Producer Price Index (PPI) – a family of indices that measures the price level based on a fixed basket of all goods and services produced and sold by American businesses. It includes consumer products and goods and services used as inputs in the production of other products.

product – a good or service that is the output of human labor.

production – the creation of a good or service.

production possibilities curve (PPC) – a diagram that illustrates the possible production points for an economy based on its resources and technology. It is also called a production possibilities frontier (PPF).

production possibilities frontier (PPF) – a diagram that illustrates the possible production points for an economy based on its resources and technology. It is also called a production possibilities curve (PPC).

productivity – the amount of output that can be produced in an hour of a worker’s time.

profit – revenues minus expenses.

progressive tax – a tax for which high-income taxpayers pay a larger percentage of their income than do low-income taxpayers.

proportional tax – a tax for which high-income and low-income taxpayers pay the same percentage of income.

prospectus – a legal document that provides information to potential investors as required by law.

public debt – the net amount of money borrowed by the federal government. As such, it is also the accumulation of federal budget surpluses and deficits over time.

public finance – the field of economics that studies government revenues, expenditures, budgets, and debt.

public good – a product that is not rival and not excludable. One person’s use of a public good does not diminishes the amount available for others to use and it is difficult to prevent people from using it. National defense is an example of a public good.

purchasing power – the value of the products a person is able to buy with a given amount of money.


Q

quality of life – the degree of satisfaction in a person’s life. It is not the same as the standard of living because it considers things in addition to material possessions and wealth.

quantity – the amount of a good or service that is traded in exchange for money or another thing of value.

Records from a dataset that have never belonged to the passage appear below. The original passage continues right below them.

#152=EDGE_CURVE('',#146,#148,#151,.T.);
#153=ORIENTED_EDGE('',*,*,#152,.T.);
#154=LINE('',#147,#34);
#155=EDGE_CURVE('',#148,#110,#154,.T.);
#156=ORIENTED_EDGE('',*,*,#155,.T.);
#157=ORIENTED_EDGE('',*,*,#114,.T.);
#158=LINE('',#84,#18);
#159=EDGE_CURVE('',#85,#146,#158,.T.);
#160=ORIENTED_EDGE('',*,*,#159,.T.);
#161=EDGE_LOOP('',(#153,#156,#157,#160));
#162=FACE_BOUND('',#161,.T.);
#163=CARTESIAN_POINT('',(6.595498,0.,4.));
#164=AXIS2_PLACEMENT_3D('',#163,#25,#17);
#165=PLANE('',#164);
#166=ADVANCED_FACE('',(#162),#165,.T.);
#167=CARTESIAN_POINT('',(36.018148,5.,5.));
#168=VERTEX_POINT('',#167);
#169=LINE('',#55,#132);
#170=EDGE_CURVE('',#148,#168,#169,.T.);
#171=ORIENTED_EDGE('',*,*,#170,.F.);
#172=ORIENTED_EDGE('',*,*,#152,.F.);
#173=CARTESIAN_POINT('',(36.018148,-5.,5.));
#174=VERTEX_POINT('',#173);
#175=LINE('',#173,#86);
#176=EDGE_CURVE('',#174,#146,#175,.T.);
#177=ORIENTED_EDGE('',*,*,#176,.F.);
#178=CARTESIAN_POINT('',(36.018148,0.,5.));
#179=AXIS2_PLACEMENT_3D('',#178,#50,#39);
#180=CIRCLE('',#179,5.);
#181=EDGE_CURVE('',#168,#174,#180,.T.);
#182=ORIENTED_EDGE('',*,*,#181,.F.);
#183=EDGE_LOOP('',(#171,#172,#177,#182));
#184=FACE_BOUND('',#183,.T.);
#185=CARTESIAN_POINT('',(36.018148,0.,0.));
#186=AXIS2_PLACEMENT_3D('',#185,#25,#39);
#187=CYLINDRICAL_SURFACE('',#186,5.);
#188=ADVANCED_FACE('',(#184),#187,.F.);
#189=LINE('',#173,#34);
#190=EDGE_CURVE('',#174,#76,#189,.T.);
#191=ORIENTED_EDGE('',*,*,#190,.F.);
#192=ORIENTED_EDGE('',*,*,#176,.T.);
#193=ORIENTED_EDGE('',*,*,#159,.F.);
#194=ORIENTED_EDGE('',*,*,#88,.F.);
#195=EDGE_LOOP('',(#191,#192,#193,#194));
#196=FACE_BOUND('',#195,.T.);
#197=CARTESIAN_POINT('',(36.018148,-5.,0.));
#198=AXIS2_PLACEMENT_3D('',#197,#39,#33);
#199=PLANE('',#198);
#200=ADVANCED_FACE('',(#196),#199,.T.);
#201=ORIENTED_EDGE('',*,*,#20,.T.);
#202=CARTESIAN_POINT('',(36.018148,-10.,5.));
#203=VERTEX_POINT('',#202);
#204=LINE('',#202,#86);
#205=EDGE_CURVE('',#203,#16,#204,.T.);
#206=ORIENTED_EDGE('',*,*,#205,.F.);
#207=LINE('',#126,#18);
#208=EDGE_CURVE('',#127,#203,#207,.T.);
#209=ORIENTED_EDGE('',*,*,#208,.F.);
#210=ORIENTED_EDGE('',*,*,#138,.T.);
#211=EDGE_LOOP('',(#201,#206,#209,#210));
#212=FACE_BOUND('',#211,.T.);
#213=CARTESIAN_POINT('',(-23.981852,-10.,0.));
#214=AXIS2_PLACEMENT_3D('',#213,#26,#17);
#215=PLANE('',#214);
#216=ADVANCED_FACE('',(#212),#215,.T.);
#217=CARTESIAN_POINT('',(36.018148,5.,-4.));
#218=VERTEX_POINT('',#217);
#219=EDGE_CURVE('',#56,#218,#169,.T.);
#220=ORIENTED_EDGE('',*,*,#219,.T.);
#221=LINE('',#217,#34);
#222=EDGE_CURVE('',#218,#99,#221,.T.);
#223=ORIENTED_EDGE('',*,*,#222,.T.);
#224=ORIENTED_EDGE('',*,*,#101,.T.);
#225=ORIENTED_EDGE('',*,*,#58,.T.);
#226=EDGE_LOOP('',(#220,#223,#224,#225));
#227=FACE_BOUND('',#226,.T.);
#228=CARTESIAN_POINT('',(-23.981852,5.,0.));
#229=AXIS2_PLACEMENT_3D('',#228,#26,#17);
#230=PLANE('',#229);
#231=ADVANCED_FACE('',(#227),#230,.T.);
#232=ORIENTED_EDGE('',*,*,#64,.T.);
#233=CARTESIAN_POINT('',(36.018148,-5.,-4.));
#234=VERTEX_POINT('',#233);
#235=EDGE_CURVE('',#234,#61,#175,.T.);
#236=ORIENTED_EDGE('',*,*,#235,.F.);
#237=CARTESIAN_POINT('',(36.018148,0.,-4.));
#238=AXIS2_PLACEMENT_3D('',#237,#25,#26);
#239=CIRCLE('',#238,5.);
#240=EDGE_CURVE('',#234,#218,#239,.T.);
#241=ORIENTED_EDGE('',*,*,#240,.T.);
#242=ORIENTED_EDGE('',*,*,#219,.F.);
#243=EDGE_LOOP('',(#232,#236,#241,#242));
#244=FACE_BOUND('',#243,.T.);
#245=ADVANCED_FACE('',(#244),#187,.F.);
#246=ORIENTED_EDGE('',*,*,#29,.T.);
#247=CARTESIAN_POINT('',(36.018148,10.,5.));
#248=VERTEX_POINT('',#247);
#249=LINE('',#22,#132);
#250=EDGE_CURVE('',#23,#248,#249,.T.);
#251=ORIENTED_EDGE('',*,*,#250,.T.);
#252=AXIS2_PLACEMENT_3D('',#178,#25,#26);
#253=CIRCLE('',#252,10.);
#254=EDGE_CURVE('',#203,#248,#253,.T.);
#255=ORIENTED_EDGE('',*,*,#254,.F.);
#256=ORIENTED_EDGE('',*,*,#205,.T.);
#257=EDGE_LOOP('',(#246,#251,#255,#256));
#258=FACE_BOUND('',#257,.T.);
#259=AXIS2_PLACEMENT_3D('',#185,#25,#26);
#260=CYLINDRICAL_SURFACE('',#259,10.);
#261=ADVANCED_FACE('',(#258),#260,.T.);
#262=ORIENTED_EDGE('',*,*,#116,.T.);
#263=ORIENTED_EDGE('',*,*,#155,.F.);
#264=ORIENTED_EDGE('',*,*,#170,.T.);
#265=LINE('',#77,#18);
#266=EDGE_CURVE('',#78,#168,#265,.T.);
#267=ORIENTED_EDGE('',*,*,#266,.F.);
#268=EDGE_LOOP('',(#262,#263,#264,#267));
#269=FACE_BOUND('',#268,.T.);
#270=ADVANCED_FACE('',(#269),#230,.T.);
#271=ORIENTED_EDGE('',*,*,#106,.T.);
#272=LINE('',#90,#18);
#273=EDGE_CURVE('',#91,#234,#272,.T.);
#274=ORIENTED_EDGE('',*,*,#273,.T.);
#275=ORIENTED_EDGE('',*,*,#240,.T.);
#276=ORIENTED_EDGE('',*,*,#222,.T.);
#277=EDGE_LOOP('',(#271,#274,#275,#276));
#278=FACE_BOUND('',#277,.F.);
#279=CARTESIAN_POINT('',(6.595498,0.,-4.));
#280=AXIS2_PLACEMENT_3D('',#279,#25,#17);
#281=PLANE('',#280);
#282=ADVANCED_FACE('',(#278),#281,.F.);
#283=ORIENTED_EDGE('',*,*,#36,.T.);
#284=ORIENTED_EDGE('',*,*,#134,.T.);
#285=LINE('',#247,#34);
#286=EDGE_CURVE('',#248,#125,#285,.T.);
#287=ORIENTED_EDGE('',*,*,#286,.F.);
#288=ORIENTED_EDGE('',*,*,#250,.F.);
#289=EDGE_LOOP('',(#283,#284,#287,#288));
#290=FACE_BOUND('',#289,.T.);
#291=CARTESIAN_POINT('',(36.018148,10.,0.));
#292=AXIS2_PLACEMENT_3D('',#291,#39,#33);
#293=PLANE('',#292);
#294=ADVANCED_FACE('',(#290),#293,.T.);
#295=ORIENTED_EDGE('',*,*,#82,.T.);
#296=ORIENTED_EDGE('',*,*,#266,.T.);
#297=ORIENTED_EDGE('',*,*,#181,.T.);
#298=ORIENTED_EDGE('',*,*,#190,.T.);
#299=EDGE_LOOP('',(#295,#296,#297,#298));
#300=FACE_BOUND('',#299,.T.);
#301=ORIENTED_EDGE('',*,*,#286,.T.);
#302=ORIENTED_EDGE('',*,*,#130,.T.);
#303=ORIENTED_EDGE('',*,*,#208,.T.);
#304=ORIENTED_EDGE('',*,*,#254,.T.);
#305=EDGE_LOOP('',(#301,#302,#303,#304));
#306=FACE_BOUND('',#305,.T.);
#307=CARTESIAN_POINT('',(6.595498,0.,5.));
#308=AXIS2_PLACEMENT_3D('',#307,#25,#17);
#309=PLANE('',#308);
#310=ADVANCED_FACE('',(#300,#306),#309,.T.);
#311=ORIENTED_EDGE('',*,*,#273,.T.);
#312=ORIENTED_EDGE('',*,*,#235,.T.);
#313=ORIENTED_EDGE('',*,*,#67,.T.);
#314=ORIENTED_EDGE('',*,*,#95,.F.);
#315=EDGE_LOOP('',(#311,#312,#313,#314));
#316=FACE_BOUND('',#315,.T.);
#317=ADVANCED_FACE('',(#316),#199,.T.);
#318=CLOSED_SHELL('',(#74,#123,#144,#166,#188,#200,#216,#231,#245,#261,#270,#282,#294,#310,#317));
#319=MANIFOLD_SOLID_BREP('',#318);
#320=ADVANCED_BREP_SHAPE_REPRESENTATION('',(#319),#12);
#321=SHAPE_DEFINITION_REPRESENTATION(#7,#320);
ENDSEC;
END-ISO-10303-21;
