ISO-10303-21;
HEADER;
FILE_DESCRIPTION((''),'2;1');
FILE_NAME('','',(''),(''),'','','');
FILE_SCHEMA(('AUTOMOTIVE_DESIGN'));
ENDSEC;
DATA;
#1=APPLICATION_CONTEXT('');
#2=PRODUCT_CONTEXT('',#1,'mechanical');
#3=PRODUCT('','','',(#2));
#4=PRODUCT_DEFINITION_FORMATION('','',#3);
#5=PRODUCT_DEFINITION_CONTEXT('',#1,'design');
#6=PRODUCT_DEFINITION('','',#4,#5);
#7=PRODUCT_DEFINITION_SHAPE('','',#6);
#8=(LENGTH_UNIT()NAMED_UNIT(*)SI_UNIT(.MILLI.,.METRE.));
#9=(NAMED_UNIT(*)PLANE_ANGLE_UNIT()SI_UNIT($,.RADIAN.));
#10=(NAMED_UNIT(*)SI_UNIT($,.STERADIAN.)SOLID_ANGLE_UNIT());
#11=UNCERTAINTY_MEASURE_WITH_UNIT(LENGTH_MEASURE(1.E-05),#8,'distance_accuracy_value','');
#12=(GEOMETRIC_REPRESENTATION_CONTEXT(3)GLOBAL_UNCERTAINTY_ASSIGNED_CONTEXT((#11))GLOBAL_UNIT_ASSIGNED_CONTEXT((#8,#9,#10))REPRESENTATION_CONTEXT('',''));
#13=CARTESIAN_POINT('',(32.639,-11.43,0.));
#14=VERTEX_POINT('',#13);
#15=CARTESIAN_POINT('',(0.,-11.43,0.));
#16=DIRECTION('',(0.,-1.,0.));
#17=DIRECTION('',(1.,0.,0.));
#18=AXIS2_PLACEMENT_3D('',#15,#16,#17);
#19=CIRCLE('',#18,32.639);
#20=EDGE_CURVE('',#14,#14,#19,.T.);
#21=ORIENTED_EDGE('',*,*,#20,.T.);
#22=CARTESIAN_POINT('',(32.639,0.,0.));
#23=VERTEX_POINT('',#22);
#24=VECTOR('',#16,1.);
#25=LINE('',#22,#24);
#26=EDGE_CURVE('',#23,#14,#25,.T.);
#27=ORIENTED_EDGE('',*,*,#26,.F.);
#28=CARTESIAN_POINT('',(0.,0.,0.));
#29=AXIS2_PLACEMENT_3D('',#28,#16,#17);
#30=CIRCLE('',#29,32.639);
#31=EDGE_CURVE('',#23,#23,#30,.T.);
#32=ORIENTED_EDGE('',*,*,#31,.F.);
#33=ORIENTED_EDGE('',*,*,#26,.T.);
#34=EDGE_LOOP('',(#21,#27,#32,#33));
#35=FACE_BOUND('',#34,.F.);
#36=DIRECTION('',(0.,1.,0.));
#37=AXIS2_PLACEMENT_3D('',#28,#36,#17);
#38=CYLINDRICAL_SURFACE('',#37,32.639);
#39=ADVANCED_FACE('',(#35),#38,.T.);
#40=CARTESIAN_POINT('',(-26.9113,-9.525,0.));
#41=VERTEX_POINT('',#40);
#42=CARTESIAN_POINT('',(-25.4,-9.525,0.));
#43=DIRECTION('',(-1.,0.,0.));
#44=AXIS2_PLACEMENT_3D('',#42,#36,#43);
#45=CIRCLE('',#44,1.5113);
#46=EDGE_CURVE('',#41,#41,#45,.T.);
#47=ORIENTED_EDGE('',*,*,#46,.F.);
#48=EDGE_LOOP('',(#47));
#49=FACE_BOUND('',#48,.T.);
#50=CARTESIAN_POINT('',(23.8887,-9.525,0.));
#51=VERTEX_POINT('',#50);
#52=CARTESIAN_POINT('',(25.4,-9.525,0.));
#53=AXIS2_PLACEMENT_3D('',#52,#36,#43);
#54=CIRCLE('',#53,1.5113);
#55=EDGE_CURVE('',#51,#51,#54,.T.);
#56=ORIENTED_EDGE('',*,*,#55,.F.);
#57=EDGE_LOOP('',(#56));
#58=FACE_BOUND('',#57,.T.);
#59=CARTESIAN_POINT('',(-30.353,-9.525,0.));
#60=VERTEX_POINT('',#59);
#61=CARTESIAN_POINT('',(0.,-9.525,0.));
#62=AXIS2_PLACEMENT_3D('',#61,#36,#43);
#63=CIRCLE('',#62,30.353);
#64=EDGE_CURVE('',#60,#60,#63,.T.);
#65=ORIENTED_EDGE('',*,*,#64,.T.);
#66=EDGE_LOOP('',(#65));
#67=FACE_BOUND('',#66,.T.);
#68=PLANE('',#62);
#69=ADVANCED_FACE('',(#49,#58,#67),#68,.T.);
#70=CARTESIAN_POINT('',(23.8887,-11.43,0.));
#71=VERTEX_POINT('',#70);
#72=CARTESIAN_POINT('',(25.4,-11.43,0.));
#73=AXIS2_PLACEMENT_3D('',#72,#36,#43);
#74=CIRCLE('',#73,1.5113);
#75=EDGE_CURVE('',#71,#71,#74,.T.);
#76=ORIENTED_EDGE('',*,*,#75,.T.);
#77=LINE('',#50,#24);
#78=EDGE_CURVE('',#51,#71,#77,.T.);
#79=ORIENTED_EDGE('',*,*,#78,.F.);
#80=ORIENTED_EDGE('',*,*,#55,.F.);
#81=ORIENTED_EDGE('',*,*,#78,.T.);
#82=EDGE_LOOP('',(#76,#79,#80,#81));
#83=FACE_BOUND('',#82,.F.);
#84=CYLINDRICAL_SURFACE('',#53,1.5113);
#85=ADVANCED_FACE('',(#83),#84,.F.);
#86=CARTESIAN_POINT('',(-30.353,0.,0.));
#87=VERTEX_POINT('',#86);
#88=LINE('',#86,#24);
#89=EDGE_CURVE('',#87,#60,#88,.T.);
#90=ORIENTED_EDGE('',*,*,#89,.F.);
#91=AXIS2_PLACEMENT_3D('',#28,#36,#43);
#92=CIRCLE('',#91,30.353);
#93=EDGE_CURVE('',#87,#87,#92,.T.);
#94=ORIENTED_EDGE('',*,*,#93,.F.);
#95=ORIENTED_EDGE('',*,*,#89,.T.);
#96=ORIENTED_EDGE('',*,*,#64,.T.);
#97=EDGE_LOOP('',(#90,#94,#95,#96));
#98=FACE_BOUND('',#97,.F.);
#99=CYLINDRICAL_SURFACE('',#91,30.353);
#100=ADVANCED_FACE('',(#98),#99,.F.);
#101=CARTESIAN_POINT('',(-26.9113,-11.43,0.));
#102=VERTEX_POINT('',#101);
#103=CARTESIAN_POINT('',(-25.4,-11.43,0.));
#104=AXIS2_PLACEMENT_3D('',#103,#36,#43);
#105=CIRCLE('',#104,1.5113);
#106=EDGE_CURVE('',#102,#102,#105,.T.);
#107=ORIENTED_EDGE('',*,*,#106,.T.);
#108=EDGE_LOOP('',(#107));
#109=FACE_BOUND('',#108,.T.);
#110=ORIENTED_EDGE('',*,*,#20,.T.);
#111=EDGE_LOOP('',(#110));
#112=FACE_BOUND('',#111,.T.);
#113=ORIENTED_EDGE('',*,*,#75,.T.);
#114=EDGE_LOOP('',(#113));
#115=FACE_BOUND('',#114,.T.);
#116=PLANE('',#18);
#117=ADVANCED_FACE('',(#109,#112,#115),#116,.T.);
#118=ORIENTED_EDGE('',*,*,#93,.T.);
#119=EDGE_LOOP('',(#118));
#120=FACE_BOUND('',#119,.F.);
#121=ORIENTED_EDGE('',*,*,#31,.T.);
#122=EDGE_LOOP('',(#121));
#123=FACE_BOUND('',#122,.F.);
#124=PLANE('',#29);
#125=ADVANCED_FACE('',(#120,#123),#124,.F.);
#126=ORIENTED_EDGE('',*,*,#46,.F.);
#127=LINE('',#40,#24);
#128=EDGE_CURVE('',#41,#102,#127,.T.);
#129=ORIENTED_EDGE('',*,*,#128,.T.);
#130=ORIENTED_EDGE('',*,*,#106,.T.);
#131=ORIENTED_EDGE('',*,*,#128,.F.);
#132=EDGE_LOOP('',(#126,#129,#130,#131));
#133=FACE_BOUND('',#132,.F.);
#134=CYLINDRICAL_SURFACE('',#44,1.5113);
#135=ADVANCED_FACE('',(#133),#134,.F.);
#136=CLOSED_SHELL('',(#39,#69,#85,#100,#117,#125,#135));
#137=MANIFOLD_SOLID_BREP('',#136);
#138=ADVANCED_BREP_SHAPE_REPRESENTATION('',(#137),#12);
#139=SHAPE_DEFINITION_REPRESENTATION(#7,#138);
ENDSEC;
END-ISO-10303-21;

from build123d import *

# Parameters (mm, degrees)
F0_R     = 32.639
F1_DEPTH = 11.43
F2_R     = 30.353
F3_DEPTH = 9.525
F4_R     = 1.5113
F5_DEPTH = 1.905


with BuildPart() as f1:
    # F0 (on Front) → F1 (new body)
    with BuildSketch(Plane.XZ):
        Circle(F0_R)
    extrude(amount=F1_DEPTH)

    # F2 (on face) → F3 (cut)
    with BuildSketch(Plane(origin=(0, 0, 0), x_dir=(-1, 0, 0), z_dir=(0, 1, 0))):
        Circle(F2_R)
    extrude(amount=-F3_DEPTH, mode=Mode.SUBTRACT)

    # F4 (on face) → F5 (cut)
    with BuildSketch(Plane(origin=(0, -9.525, 0), x_dir=(-1, 0, 0), z_dir=(0, 1, 0))):
        with Locations((-25.4, 0)):
            Circle(F4_R)
        with Locations((25.4, 0)):
            Circle(F4_R)
    extrude(amount=-F5_DEPTH, mode=Mode.SUBTRACT)


solid = f1.part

quantity demanded – the amount of a good or service that consumers are willing and able to buy at a particular price.

quantity supplied – the amount of a good or service that producers are willing and able to sell at a particular price.

quantity theory of money – a theory that suggests there is a relationship between the supply of money and the inflation rate. If the money supply increases faster than an economy’s output, a likely outcome is inflation.


R

rate of return – the payment an investor earns from engaging in an investment activity. It is sometimes referred to as the interest rate.

rate of return, nominal – the stated rate of return of an investment.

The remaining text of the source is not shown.